Food & nutrition research

Twelve-week-conjugated linoleic acid supplementation has no effects on the selected markers of atherosclerosis in obese and overweight women.

PMID 27834186


The antiatherogenic effect of conjugated linoleic acid (CLA) has been demonstrated in animal models. Although there are plenty of in vitro studies that suggest the profitable properties of CLA, the results in humans remain inconsistent. In this study, we assessed the impact of CLA supplementation on the levels of atherosclerosis markers - high-sensitivity C-reactive protein (hs-CRP) and asymmetrical dimethylarginine (ADMA).
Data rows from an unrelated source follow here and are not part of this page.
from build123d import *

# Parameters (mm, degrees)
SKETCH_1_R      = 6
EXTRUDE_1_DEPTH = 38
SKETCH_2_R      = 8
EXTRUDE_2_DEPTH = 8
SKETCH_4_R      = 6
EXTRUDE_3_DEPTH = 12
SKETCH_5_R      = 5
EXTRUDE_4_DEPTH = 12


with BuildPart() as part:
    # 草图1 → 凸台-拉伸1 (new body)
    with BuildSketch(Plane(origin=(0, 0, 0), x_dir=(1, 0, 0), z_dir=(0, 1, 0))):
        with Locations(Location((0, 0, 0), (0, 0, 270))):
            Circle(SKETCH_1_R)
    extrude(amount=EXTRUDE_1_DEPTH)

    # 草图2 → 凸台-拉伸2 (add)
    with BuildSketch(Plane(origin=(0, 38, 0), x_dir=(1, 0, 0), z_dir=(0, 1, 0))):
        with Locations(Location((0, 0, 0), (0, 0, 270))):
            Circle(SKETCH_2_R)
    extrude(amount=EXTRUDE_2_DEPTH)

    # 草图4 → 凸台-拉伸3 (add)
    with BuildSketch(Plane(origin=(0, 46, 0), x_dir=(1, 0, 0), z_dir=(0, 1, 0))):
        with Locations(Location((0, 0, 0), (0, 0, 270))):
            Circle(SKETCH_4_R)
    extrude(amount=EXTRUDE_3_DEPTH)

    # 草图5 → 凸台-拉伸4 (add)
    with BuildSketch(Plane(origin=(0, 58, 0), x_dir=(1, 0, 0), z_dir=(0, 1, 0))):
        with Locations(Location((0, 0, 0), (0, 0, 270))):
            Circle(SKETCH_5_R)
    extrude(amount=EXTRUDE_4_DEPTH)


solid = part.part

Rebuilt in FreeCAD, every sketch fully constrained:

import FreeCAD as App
import Part
import Sketcher
from FreeCAD import Vector
Q = App.Units.Quantity

doc = App.newDocument("Part")
params = doc.addObject("Spreadsheet::Sheet", "Params")
for row, (alias, value) in enumerate([
    ("sketch1_diameter", "12 mm"),
    ("pad1_length", "38 mm"),
    ("sketch2_diameter", "16 mm"),
    ("pad2_length", "8 mm"),
    ("sketch3_diameter", "12 mm"),
    ("pad3_length", "12 mm"),
    ("sketch4_diameter", "10 mm"),
    ("pad4_length", "12 mm"),
], start=1):
    params.set(f"A{row}", alias)
    params.set(f"B{row}", "=" + value)
    params.setAlias(f"B{row}", alias)

body = doc.addObject("PartDesign::Body", "Body")

sketch1 = body.newObject("Sketcher::SketchObject", "Sketch")
sketch1.AttachmentSupport = (doc.getObject("XZ_Plane"), [""])
sketch1.MapMode = "FlatFace"
sketch1.addGeometry(Part.Circle(Vector(0, 0, 0), Vector(0, 0, 1), 6), False)
sketch1.addConstraint([
    Sketcher.Constraint("Coincident", 0, 3, -1, 1),
    Sketcher.Constraint("Diameter", 0, Q("12 mm")),
])
sketch1.setExpression("Constraints[1]", "Params.sketch1_diameter")
pad1 = body.newObject("PartDesign::Pad", "Pad")
pad1.Profile = sketch1
pad1.setExpression("Length", "Params.pad1_length")
pad1.Reversed = True

sketch2 = body.newObject("Sketcher::SketchObject", "Sketch001")
sketch2.AttachmentSupport = (doc.getObject("XZ_Plane"), [""])
sketch2.MapMode = "FlatFace"
sketch2.AttachmentOffset = App.Placement(Vector(0, 0, -38), App.Rotation())
sketch2.addGeometry(Part.Circle(Vector(0, 0, 0), Vector(0, 0, 1), 8), False)
sketch2.addConstraint([
    Sketcher.Constraint("Coincident", 0, 3, -1, 1),
    Sketcher.Constraint("Diameter", 0, Q("16 mm")),
])
sketch2.setExpression("Constraints[1]", "Params.sketch2_diameter")
pad2 = body.newObject("PartDesign::Pad", "Pad001")
pad2.Profile = sketch2
pad2.setExpression("Length", "Params.pad2_length")
pad2.Reversed = True

sketch3 = body.newObject("Sketcher::SketchObject", "Sketch002")
sketch3.AttachmentSupport = (doc.getObject("XZ_Plane"), [""])
sketch3.MapMode = "FlatFace"
sketch3.AttachmentOffset = App.Placement(Vector(0, 0, -46), App.Rotation())
sketch3.addGeometry(Part.Circle(Vector(0, 0, 0), Vector(0, 0, 1), 6), False)
sketch3.addConstraint([
    Sketcher.Constraint("Coincident", 0, 3, -1, 1),
    Sketcher.Constraint("Diameter", 0, Q("12 mm")),
])
sketch3.setExpression("Constraints[1]", "Params.sketch3_diameter")
pad3 = body.newObject("PartDesign::Pad", "Pad002")
pad3.Profile = sketch3
pad3.setExpression("Length", "Params.pad3_length")
pad3.Reversed = True

sketch4 = body.newObject("Sketcher::SketchObject", "Sketch003")
sketch4.AttachmentSupport = (doc.getObject("XZ_Plane"), [""])
sketch4.MapMode = "FlatFace"
sketch4.AttachmentOffset = App.Placement(Vector(0, 0, -58), App.Rotation())
sketch4.addGeometry(Part.Circle(Vector(0, 0, 0), Vector(0, 0, 1), 5), False)
sketch4.addConstraint([
    Sketcher.Constraint("Coincident", 0, 3, -1, 1),
    Sketcher.Constraint("Diameter", 0, Q("10 mm")),
])
sketch4.setExpression("Constraints[1]", "Params.sketch4_diameter")
pad4 = body.newObject("PartDesign::Pad", "Pad003")
pad4.Profile = sketch4
pad4.setExpression("Length", "Params.pad4_length")
pad4.Reversed = True

doc.recompute()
Seventy-four adult female subjects with body mass index ≥25 kg/m(2) were enrolled in the double-blind, placebo-controlled nutritional intervention. The study participants were randomly assigned to receive 3 g/day CLA or placebo (sunflower oil) for 12 weeks. In all subjects, we measured hs-CRP and ADMA concentrations by using enzyme-linked immunosorbent assay. No significant differences were found in hs-CRP and ADMA levels before and after nutritional intervention between both groups. The changes in hs-CRP and ADMA concentration values (Δhs-CRP; ΔADMA median [interquartile range]) did not differ between subjects from the placebo (-0.1 [-0.8 to 0.3]; -0.02 [-0.12 to 0.14]) and CLA (0.2 [-0.7 to 0.9]; 0.04 [-0.14 to 0.13]) groups. The incidence of reduction of hs-CRP or ADMA concentration was not different in subjects of the CLA group compared to those of the placebo group (41.9% vs. 50%, relative risk [RR]=0.8387, 95% confidence interval [CI]=0.4887-1.4493, p=0.5232 and 61.3% vs. 56.2%, RR=1.0896, 95% CI=0.7200-1.6589, p=0.6847, respectively). Twelve weeks of CLA supplementation had no effect on selected markers of atherosclerosis in obese and overweight women.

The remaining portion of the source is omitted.